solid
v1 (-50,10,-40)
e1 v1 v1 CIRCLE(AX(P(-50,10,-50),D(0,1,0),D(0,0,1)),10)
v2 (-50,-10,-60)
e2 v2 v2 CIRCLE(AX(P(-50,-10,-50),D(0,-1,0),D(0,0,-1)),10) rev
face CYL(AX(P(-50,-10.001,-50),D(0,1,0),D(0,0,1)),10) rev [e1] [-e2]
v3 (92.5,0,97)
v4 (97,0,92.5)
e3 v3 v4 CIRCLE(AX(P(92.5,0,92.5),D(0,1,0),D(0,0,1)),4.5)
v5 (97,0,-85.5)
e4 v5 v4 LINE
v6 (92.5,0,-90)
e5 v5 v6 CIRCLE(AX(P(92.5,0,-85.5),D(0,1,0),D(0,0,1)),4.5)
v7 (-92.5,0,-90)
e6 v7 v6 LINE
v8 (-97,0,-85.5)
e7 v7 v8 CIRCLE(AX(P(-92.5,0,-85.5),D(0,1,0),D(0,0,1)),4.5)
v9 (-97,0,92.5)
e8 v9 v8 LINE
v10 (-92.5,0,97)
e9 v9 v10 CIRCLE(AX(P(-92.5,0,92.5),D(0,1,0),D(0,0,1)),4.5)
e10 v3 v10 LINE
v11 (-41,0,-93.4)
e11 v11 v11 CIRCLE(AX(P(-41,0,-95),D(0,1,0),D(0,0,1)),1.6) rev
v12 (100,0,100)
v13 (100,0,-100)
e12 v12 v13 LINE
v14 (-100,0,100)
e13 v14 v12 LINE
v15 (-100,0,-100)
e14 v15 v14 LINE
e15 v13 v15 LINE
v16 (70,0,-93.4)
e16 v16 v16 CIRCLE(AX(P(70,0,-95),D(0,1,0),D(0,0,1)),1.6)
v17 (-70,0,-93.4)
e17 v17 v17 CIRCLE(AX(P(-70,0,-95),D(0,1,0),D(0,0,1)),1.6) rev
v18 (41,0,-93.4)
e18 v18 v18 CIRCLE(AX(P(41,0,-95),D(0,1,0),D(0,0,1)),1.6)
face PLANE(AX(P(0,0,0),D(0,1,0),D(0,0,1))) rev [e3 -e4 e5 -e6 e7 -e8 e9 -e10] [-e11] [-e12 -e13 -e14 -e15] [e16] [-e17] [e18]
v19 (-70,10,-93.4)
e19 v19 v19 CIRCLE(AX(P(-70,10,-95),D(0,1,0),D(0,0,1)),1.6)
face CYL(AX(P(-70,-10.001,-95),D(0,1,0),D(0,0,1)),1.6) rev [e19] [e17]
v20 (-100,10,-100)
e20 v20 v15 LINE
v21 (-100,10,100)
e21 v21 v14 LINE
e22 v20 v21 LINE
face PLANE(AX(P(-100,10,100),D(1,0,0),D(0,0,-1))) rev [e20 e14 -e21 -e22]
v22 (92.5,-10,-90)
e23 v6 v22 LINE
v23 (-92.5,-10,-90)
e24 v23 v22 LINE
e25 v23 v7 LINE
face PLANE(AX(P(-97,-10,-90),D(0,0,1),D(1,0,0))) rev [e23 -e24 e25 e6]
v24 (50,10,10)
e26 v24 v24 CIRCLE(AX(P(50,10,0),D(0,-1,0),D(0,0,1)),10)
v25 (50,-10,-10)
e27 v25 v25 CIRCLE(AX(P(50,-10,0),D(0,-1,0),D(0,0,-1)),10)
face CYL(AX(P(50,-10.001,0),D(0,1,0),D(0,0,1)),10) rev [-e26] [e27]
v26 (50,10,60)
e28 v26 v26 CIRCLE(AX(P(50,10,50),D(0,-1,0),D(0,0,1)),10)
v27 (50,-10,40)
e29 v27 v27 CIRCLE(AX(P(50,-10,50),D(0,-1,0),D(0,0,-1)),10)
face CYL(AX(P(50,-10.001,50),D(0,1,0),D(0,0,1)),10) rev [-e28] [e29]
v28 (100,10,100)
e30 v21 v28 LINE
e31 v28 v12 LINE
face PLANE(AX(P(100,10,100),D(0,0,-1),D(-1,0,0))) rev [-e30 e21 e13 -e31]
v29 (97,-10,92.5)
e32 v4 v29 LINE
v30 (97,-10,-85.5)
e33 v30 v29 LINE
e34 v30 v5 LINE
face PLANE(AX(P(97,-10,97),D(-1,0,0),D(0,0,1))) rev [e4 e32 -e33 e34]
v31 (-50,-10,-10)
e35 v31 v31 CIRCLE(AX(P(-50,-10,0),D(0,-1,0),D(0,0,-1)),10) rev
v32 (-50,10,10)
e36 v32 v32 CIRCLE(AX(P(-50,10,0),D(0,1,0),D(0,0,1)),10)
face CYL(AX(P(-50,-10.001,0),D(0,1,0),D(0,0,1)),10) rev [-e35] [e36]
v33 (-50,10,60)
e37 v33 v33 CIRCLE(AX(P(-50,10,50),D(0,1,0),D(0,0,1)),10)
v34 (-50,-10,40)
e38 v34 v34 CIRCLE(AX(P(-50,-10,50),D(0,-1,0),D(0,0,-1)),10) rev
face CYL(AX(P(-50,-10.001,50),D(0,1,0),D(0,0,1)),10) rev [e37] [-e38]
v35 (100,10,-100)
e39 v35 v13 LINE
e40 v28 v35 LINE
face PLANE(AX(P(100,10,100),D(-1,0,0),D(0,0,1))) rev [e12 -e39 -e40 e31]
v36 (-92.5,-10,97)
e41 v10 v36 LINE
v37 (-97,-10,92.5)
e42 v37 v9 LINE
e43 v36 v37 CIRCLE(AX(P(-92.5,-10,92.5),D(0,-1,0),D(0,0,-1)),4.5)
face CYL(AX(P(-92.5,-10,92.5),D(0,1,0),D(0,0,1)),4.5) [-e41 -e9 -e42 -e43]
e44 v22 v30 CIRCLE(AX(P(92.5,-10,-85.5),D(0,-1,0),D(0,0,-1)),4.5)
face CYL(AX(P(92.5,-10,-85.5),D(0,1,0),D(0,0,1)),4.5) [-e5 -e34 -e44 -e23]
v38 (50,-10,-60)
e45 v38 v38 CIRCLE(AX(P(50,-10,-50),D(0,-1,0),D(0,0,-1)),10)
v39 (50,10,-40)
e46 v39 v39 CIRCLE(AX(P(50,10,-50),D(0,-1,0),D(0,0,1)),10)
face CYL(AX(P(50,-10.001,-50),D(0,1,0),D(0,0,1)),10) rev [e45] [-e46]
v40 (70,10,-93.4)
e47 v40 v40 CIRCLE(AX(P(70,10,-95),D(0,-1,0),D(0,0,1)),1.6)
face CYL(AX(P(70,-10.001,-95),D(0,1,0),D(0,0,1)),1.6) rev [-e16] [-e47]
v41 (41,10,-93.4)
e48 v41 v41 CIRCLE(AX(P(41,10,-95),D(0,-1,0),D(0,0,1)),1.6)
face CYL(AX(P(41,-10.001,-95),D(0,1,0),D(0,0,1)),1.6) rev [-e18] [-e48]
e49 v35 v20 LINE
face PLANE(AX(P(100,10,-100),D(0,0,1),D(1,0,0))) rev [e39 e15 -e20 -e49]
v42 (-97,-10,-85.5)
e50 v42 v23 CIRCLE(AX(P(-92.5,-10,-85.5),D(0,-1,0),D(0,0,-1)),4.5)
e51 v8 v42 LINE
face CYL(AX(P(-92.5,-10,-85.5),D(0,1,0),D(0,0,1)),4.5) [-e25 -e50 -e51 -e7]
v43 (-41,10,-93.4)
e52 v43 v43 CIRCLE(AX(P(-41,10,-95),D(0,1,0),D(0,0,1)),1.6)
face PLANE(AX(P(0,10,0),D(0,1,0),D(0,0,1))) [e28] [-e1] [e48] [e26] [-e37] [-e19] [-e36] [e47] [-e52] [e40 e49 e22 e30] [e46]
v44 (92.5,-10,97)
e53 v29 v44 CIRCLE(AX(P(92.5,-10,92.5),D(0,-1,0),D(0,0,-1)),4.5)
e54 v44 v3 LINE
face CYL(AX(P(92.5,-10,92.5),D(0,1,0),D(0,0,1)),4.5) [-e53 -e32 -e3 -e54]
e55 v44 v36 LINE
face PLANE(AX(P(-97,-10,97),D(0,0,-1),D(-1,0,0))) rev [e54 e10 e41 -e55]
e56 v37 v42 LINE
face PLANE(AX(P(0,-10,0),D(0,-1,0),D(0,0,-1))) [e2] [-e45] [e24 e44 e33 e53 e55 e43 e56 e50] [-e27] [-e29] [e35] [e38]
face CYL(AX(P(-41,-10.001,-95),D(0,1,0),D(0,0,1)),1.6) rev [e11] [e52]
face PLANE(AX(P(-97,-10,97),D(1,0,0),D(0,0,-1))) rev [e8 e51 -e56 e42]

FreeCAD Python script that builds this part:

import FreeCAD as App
import Part
import Sketcher


def edges_at(feature, points):
    """Names of the edges that pass closest to the given points."""
    edges = feature.Shape.Edges
    near = lambda p: min(range(len(edges)), key=lambda i: edges[i].distToShape(Part.Vertex(*p))[0])
    return sorted({f"Edge{near(p) + 1}" for p in points})


def add_polygon(sketch, points):
    """Adds a closed chain of lines whose ends are joined by coincident constraints."""
    first, n = sketch.GeometryCount, len(points)
    for a, b in zip(points, points[1:] + points[:1]):
        sketch.addGeometry(Part.LineSegment(App.Vector(*a, 0), App.Vector(*b, 0)), False)
    for i in range(n):
        sketch.addConstraint(Sketcher.Constraint("Coincident", first + i, 2, first + (i + 1) % n, 1))

doc = App.newDocument("Part")
params = doc.addObject("Spreadsheet::Sheet", "Params")
for row, (alias, value) in enumerate([
    ("sketch1_width", "200 mm"),
    ("pad1_length", "10 mm"),
    ("sketch2_width", "194 mm"),
    ("sketch2_height", "187 mm"),
    ("pad2_length", "10 mm"),
    ("fillet_radius", "4.5 mm"),
    ("sketch3_diameter", "20 mm"),
    ("pocket1_length", "20 mm"),
    ("sketch4_diameter", "3.2 mm"),
    ("pocket2_length", "10 mm"),
], start=1):
    params.set(f"A{row}", alias)
    params.set(f"B{row}", "=" + value)
    params.setAlias(f"B{row}", alias)

body = doc.addObject("PartDesign::Body", "Body")

sketch1 = body.newObject("Sketcher::SketchObject", "Sketch")
sketch1.AttachmentSupport = (doc.getObject("XZ_Plane"), [""])
sketch1.MapMode = "FlatFace"
add_polygon(sketch1, [(-100, -100), (-100, 100), (100, 100), (100, -100)])
sketch1.addConstraint(Sketcher.Constraint("Vertical", 0))
sketch1.addConstraint(Sketcher.Constraint("Horizontal", 1))
sketch1.addConstraint(Sketcher.Constraint("Vertical", 2))
sketch1.addConstraint(Sketcher.Constraint("Horizontal", 3))
sketch1.addConstraint(Sketcher.Constraint("Symmetric", 0, 2, 2, 2, -1, 1))
sketch1.addConstraint(Sketcher.Constraint("Equal", 3, 0))
sketch1.addConstraint(Sketcher.Constraint("DistanceX", 1, 1, 1, 2, 200.0))
sketch1.setExpression("Constraints[10]", "Params.sketch1_width")
pad1 = body.newObject("PartDesign::Pad", "Pad")
pad1.Profile = sketch1
pad1.setExpression("Length", "Params.pad1_length")
pad1.Reversed = True

sketch2 = body.newObject("Sketcher::SketchObject", "Sketch001")
sketch2.AttachmentSupport = (doc.getObject("XZ_Plane"), [""])
sketch2.MapMode = "FlatFace"
add_polygon(sketch2, [(-97, 97), (-97, -90), (97, -90), (97, 97)])
sketch2.addConstraint(Sketcher.Constraint("Vertical", 0))
sketch2.addConstraint(Sketcher.Constraint("Horizontal", 1))
sketch2.addConstraint(Sketcher.Constraint("Vertical", 2))
sketch2.addConstraint(Sketcher.Constraint("Horizontal", 3))
sketch2.addConstraint(Sketcher.Constraint("DistanceX", 1, 1, 1, 2, 194.0))
sketch2.addConstraint(Sketcher.Constraint("DistanceY", 0, 2, 0, 1, 187.0))
sketch2.addConstraint(Sketcher.Constraint("DistanceX", 0, 2, -1, 1, 97.0))
sketch2.addConstraint(Sketcher.Constraint("DistanceY", 0, 2, -1, 1, 90.0))
sketch2.setExpression("Constraints[8]", "Params.sketch2_width")
sketch2.setExpression("Constraints[9]", "Params.sketch2_height")
pad2 = body.newObject("PartDesign::Pad", "Pad001")
pad2.Profile = sketch2
pad2.setExpression("Length", "Params.pad2_length")
doc.recompute()

fillet = body.newObject("PartDesign::Fillet", "Fillet")
fillet.Base = (pad2, edges_at(pad2, [
    (-97, -5, 97),
    (-97, -5, -90),
    (97, -5, -90),
    (97, -5, 97),
]))
fillet.setExpression("Radius", "Params.fillet_radius")

sketch3 = body.newObject("Sketcher::SketchObject", "Sketch002")
sketch3.AttachmentSupport = (doc.getObject("XZ_Plane"), [""])
sketch3.MapMode = "FlatFace"
sketch3.AttachmentOffset = App.Placement(App.Vector(0, 0, -10), App.Rotation())
sketch3.addGeometry(Part.Circle(App.Vector(-50, -50, 0), App.Vector(0, 0, 1), 10), False)
sketch3.addGeometry(Part.Circle(App.Vector(-50, 0, 0), App.Vector(0, 0, 1), 10), False)
sketch3.addGeometry(Part.Circle(App.Vector(-50, 50, 0), App.Vector(0, 0, 1), 10), False)
sketch3.addConstraint(Sketcher.Constraint("Equal", 0, 1))
sketch3.addConstraint(Sketcher.Constraint("Equal", 1, 2))
sketch3.addConstraint(Sketcher.Constraint("Symmetric", 0, 3, 2, 3, -1))
sketch3.addConstraint(Sketcher.Constraint("PointOnObject", 1, 3, -1))
sketch3.addConstraint(Sketcher.Constraint("Vertical", 0, 3, 1, 3))
sketch3.addConstraint(Sketcher.Constraint("Diameter", 0, 20.0))
sketch3.addConstraint(Sketcher.Constraint("DistanceX", 0, 3, -1, 1, 50.0))
sketch3.addConstraint(Sketcher.Constraint("DistanceY", 0, 3, -1, 1, 50.0))
sketch3.setExpression("Constraints[5]", "Params.sketch3_diameter")
pocket1 = body.newObject("PartDesign::Pocket", "Pocket")
pocket1.Profile = sketch3
pocket1.setExpression("Length", "Params.pocket1_length")
pocket1.Reversed = True
doc.recompute()

mirrored = body.newObject("PartDesign::Mirrored", "Mirrored")
mirrored.Originals = [pocket1]
mirrored.MirrorPlane = (doc.getObject("YZ_Plane"), [""])
body.Tip = mirrored

sketch4 = body.newObject("Sketcher::SketchObject", "Sketch003")
sketch4.AttachmentSupport = (doc.getObject("XZ_Plane"), [""])
sketch4.MapMode = "FlatFace"
sketch4.AttachmentOffset = App.Placement(App.Vector(0, 0, -10), App.Rotation())
sketch4.addGeometry(Part.Circle(App.Vector(-70, -95, 0), App.Vector(0, 0, 1), 1.6), False)
sketch4.addGeometry(Part.Circle(App.Vector(-41, -95, 0), App.Vector(0, 0, 1), 1.6), False)
sketch4.addConstraint(Sketcher.Constraint("Equal", 0, 1))
sketch4.addConstraint(Sketcher.Constraint("Horizontal", 0, 3, 1, 3))
sketch4.addConstraint(Sketcher.Constraint("Diameter", 0, 3.2))
sketch4.addConstraint(Sketcher.Constraint("DistanceX", 0, 3, -1, 1, 70.0))
sketch4.addConstraint(Sketcher.Constraint("DistanceY", 0, 3, -1, 1, 95.0))
sketch4.addConstraint(Sketcher.Constraint("DistanceX", 1, 3, -1, 1, 41.0))
sketch4.setExpression("Constraints[2]", "Params.sketch4_diameter")
pocket2 = body.newObject("PartDesign::Pocket", "Pocket001")
pocket2.Profile = sketch4
pocket2.setExpression("Length", "Params.pocket2_length")
pocket2.Reversed = True
doc.recompute()

mirrored2 = body.newObject("PartDesign::Mirrored", "Mirrored001")
mirrored2.Originals = [pocket2]
mirrored2.MirrorPlane = (doc.getObject("YZ_Plane"), [""])
body.Tip = mirrored2

doc.recompute()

### WHAT IS NEEDED:
With the line that has "v41 (41,10,-93.4)" as the first and the line that has "v43 (-41,10,-93.4)" as the last, repeat exactly that run of lines above and no more.

### WRITTEN ANSWER:
v41 (41,10,-93.4)
e48 v41 v41 CIRCLE(AX(P(41,10,-95),D(0,-1,0),D(0,0,1)),1.6)
face CYL(AX(P(41,-10.001,-95),D(0,1,0),D(0,0,1)),1.6) rev [-e18] [-e48]
e49 v35 v20 LINE
face PLANE(AX(P(100,10,-100),D(0,0,1),D(1,0,0))) rev [e39 e15 -e20 -e49]
v42 (-97,-10,-85.5)
e50 v42 v23 CIRCLE(AX(P(-92.5,-10,-85.5),D(0,-1,0),D(0,0,-1)),4.5)
e51 v8 v42 LINE
face CYL(AX(P(-92.5,-10,-85.5),D(0,1,0),D(0,0,1)),4.5) [-e25 -e50 -e51 -e7]
v43 (-41,10,-93.4)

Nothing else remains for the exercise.